• _The task_:
Please copy the lines below exactly, from the first one through the line showing "#376=FACE_BOUND('',#375,.F.);".

Stored data:
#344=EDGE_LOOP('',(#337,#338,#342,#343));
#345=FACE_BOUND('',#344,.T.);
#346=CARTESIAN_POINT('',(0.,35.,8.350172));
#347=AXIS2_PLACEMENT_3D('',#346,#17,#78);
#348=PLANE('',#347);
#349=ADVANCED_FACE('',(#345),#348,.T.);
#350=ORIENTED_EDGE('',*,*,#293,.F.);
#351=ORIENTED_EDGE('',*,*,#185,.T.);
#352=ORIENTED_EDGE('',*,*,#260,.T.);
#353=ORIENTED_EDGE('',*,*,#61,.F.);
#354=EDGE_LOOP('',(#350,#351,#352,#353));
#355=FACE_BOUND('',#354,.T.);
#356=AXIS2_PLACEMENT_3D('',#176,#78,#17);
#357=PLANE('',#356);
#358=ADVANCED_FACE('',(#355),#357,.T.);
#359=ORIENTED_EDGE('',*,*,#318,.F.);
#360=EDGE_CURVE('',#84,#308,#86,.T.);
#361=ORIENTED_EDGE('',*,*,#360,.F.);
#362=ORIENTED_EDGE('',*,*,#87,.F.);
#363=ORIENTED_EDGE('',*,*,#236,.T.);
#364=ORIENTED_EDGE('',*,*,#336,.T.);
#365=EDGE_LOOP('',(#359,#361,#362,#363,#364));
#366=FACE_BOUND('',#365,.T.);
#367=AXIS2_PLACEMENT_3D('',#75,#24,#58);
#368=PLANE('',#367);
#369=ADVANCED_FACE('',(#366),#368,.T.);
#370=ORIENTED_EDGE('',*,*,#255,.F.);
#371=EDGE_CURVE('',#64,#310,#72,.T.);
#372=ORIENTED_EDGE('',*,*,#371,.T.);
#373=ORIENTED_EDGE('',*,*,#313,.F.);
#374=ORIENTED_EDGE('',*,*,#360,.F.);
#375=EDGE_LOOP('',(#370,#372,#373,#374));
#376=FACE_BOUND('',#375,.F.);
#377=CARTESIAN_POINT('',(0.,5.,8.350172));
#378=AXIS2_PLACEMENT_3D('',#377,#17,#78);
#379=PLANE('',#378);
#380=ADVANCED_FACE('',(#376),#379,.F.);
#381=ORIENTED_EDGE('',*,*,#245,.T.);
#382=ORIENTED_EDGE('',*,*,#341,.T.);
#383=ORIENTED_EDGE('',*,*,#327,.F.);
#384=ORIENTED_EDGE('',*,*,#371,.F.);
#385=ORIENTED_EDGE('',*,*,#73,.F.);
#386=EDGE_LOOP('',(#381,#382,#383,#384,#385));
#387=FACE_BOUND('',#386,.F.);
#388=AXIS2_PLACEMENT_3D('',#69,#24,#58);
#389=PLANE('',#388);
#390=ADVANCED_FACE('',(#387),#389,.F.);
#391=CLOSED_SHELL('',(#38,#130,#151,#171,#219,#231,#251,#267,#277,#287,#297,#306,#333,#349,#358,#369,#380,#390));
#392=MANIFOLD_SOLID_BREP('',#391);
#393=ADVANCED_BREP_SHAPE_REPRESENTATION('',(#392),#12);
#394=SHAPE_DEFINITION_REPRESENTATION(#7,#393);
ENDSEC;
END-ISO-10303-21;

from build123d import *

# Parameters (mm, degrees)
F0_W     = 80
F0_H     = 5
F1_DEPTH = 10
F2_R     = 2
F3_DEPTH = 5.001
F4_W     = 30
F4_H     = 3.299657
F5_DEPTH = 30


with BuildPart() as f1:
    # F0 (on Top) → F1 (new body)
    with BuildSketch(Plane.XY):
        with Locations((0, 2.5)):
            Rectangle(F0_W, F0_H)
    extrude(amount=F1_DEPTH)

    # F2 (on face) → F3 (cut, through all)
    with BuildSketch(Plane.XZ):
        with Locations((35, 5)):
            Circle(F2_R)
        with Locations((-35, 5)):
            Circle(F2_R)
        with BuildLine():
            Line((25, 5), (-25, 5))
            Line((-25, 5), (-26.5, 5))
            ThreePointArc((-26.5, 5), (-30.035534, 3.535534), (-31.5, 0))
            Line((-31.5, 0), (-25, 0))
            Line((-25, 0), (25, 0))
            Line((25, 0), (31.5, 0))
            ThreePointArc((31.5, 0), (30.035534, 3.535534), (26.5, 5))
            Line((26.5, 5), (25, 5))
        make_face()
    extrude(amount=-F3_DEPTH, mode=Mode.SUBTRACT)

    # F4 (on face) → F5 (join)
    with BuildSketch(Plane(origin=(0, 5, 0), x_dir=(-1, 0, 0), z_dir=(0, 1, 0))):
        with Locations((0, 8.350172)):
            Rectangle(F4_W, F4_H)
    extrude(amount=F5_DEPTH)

• _Problem solution_:
#344=EDGE_LOOP('',(#337,#338,#342,#343));
#345=FACE_BOUND('',#344,.T.);
#346=CARTESIAN_POINT('',(0.,35.,8.350172));
#347=AXIS2_PLACEMENT_3D('',#346,#17,#78);
#348=PLANE('',#347);
#349=ADVANCED_FACE('',(#345),#348,.T.);
#350=ORIENTED_EDGE('',*,*,#293,.F.);
#351=ORIENTED_EDGE('',*,*,#185,.T.);
#352=ORIENTED_EDGE('',*,*,#260,.T.);
#353=ORIENTED_EDGE('',*,*,#61,.F.);
#354=EDGE_LOOP('',(#350,#351,#352,#353));
#355=FACE_BOUND('',#354,.T.);
#356=AXIS2_PLACEMENT_3D('',#176,#78,#17);
#357=PLANE('',#356);
#358=ADVANCED_FACE('',(#355),#357,.T.);
#359=ORIENTED_EDGE('',*,*,#318,.F.);
#360=EDGE_CURVE('',#84,#308,#86,.T.);
#361=ORIENTED_EDGE('',*,*,#360,.F.);
#362=ORIENTED_EDGE('',*,*,#87,.F.);
#363=ORIENTED_EDGE('',*,*,#236,.T.);
#364=ORIENTED_EDGE('',*,*,#336,.T.);
#365=EDGE_LOOP('',(#359,#361,#362,#363,#364));
#366=FACE_BOUND('',#365,.T.);
#367=AXIS2_PLACEMENT_3D('',#75,#24,#58);
#368=PLANE('',#367);
#369=ADVANCED_FACE('',(#366),#368,.T.);
#370=ORIENTED_EDGE('',*,*,#255,.F.);
#371=EDGE_CURVE('',#64,#310,#72,.T.);
#372=ORIENTED_EDGE('',*,*,#371,.T.);
#373=ORIENTED_EDGE('',*,*,#313,.F.);
#374=ORIENTED_EDGE('',*,*,#360,.F.);
#375=EDGE_LOOP('',(#370,#372,#373,#374));
#376=FACE_BOUND('',#375,.F.);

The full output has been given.